ASSIGNMENT: Starting with the first line below, reproduce each line exactly until you have included the one bearing "e1 v1 v2 LINE".

RECORDS FOR THIS EXERCISE:
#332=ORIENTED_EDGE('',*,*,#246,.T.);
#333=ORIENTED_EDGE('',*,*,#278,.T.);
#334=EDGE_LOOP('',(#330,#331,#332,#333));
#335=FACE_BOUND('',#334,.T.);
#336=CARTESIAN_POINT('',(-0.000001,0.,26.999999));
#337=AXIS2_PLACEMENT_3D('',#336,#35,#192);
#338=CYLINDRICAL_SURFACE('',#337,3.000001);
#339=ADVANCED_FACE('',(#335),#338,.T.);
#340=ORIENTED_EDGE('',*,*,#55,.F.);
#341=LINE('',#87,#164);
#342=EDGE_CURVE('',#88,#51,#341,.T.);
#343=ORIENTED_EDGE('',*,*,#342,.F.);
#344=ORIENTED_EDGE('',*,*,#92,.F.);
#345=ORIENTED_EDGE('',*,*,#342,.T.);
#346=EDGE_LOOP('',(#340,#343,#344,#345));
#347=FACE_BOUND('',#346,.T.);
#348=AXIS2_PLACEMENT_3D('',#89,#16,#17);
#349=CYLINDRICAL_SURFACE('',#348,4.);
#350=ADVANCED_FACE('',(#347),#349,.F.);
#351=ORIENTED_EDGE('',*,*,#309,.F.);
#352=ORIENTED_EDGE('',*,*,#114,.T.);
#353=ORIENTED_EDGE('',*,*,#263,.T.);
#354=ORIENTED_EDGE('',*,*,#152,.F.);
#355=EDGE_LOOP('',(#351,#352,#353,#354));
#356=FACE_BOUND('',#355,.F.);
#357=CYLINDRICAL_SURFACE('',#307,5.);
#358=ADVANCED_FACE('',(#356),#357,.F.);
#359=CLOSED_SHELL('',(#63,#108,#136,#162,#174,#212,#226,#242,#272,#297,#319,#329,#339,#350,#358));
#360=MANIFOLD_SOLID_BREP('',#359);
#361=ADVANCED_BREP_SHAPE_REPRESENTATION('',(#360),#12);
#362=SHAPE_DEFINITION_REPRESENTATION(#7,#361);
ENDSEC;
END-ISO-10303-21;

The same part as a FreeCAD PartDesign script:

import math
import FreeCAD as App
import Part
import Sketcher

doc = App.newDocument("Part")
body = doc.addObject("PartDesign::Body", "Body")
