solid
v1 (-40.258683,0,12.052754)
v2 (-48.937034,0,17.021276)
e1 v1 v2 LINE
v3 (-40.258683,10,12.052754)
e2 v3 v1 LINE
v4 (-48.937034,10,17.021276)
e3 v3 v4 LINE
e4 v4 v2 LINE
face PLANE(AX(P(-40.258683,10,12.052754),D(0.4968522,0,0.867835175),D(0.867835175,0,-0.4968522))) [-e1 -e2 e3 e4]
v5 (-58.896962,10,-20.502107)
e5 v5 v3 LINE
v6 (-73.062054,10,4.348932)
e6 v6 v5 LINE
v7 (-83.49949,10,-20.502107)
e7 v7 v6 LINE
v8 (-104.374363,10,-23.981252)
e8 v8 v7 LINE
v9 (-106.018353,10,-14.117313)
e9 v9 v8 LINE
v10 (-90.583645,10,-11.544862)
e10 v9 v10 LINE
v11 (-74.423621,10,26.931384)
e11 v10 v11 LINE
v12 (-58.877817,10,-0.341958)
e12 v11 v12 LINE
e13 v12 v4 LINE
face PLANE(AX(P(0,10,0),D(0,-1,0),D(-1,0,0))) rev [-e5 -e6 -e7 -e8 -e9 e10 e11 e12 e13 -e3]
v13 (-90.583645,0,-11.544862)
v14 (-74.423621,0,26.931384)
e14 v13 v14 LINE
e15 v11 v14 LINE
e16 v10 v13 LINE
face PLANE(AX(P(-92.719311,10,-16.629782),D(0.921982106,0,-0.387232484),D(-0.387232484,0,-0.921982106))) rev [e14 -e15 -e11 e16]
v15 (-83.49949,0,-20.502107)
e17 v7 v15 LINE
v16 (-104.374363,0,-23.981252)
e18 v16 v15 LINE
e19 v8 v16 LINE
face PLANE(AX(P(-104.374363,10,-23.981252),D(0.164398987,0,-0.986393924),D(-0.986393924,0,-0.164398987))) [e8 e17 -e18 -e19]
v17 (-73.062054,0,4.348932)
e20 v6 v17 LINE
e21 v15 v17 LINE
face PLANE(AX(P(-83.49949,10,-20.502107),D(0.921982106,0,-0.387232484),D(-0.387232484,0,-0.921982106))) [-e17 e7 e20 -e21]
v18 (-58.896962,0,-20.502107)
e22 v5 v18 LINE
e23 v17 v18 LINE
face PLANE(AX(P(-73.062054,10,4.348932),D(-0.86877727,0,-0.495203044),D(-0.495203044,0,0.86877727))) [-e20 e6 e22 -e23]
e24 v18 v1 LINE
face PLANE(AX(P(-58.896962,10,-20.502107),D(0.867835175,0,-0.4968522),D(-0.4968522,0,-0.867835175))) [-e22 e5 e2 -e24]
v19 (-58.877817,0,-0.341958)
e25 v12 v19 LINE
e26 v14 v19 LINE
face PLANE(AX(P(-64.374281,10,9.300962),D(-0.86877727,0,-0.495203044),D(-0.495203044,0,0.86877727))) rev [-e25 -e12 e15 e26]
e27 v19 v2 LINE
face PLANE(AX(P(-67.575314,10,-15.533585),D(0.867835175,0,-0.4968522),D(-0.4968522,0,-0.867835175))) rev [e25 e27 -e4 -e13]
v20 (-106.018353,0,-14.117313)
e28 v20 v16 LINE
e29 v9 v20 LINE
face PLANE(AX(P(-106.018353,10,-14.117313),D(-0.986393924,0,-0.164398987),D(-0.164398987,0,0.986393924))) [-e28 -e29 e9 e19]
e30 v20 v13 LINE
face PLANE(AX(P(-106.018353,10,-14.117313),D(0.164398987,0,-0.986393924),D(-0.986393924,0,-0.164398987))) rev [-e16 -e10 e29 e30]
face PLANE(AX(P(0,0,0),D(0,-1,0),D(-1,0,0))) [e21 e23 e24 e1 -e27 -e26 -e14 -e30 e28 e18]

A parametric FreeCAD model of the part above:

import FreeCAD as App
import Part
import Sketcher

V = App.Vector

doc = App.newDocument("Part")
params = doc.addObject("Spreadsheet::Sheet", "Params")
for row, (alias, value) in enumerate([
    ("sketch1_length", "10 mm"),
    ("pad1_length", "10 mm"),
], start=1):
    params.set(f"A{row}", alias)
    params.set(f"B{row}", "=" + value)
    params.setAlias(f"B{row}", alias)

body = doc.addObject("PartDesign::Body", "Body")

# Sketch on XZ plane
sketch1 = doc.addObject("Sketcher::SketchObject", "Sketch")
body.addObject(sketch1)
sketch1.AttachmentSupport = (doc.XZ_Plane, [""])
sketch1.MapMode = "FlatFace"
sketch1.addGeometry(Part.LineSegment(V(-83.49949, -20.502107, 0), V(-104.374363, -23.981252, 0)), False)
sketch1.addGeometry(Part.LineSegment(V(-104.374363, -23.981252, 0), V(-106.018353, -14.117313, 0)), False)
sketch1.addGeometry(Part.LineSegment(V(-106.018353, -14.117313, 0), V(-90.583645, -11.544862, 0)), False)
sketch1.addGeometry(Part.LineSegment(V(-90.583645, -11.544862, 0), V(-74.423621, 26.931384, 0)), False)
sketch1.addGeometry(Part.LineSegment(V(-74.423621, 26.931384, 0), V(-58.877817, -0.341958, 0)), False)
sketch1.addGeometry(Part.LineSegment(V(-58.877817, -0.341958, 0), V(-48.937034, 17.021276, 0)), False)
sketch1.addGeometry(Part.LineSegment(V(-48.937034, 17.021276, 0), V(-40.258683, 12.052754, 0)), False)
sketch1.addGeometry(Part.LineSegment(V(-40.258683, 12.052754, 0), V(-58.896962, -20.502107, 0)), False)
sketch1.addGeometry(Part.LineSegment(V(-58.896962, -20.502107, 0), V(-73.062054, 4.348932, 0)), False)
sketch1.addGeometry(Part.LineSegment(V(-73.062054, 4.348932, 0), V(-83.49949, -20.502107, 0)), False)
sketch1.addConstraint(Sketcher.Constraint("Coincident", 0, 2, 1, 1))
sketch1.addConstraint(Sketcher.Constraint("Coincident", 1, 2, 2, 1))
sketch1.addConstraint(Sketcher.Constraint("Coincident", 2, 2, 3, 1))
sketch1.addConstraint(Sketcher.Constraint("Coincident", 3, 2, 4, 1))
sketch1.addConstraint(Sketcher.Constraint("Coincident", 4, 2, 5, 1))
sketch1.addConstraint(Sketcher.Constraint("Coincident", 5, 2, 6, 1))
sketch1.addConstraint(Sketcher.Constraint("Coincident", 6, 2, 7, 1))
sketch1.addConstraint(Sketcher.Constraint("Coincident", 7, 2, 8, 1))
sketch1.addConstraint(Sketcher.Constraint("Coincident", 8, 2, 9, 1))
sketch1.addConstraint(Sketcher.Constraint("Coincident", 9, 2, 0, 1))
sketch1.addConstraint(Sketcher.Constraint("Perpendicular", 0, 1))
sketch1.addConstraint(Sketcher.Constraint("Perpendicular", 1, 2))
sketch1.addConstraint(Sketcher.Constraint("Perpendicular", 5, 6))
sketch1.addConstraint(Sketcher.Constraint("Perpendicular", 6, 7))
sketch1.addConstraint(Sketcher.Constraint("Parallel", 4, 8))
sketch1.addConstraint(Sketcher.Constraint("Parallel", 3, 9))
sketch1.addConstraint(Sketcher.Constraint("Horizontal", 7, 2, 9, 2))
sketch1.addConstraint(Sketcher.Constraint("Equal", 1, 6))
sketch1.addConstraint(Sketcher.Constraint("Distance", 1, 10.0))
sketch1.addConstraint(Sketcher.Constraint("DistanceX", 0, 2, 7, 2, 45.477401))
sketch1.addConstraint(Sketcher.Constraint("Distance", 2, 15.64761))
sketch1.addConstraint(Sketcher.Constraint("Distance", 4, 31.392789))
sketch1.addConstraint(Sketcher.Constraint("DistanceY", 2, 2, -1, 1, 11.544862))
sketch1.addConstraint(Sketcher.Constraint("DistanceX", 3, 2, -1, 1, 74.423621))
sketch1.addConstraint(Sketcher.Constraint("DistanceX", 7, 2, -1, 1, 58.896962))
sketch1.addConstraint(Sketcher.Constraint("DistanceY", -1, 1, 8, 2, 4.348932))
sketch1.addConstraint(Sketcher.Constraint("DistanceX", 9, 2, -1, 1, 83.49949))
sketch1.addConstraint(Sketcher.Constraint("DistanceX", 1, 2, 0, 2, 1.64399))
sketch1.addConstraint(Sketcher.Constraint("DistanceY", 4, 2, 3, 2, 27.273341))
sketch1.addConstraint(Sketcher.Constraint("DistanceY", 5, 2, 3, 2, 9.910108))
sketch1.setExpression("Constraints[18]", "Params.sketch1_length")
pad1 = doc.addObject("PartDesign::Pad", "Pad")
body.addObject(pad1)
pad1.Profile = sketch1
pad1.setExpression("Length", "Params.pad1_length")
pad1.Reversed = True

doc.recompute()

RESPONSE TO THE TASK:
#332=ORIENTED_EDGE('',*,*,#246,.T.);
#333=ORIENTED_EDGE('',*,*,#278,.T.);
#334=EDGE_LOOP('',(#330,#331,#332,#333));
#335=FACE_BOUND('',#334,.T.);
#336=CARTESIAN_POINT('',(-0.000001,0.,26.999999));
#337=AXIS2_PLACEMENT_3D('',#336,#35,#192);
#338=CYLINDRICAL_SURFACE('',#337,3.000001);
#339=ADVANCED_FACE('',(#335),#338,.T.);
#340=ORIENTED_EDGE('',*,*,#55,.F.);
#341=LINE('',#87,#164);
#342=EDGE_CURVE('',#88,#51,#341,.T.);
#343=ORIENTED_EDGE('',*,*,#342,.F.);
#344=ORIENTED_EDGE('',*,*,#92,.F.);
#345=ORIENTED_EDGE('',*,*,#342,.T.);
#346=EDGE_LOOP('',(#340,#343,#344,#345));
#347=FACE_BOUND('',#346,.T.);
#348=AXIS2_PLACEMENT_3D('',#89,#16,#17);
#349=CYLINDRICAL_SURFACE('',#348,4.);
#350=ADVANCED_FACE('',(#347),#349,.F.);
#351=ORIENTED_EDGE('',*,*,#309,.F.);
#352=ORIENTED_EDGE('',*,*,#114,.T.);
#353=ORIENTED_EDGE('',*,*,#263,.T.);
#354=ORIENTED_EDGE('',*,*,#152,.F.);
#355=EDGE_LOOP('',(#351,#352,#353,#354));
#356=FACE_BOUND('',#355,.F.);
#357=CYLINDRICAL_SURFACE('',#307,5.);
#358=ADVANCED_FACE('',(#356),#357,.F.);
#359=CLOSED_SHELL('',(#63,#108,#136,#162,#174,#212,#226,#242,#272,#297,#319,#329,#339,#350,#358));
#360=MANIFOLD_SOLID_BREP('',#359);
#361=ADVANCED_BREP_SHAPE_REPRESENTATION('',(#360),#12);
#362=SHAPE_DEFINITION_REPRESENTATION(#7,#361);
ENDSEC;
END-ISO-10303-21;

The same part as a FreeCAD PartDesign script:

import math
import FreeCAD as App
import Part
import Sketcher

doc = App.newDocument("Part")
body = doc.addObject("PartDesign::Body", "Body")
solid
v1 (-40.258683,0,12.052754)
v2 (-48.937034,0,17.021276)
e1 v1 v2 LINE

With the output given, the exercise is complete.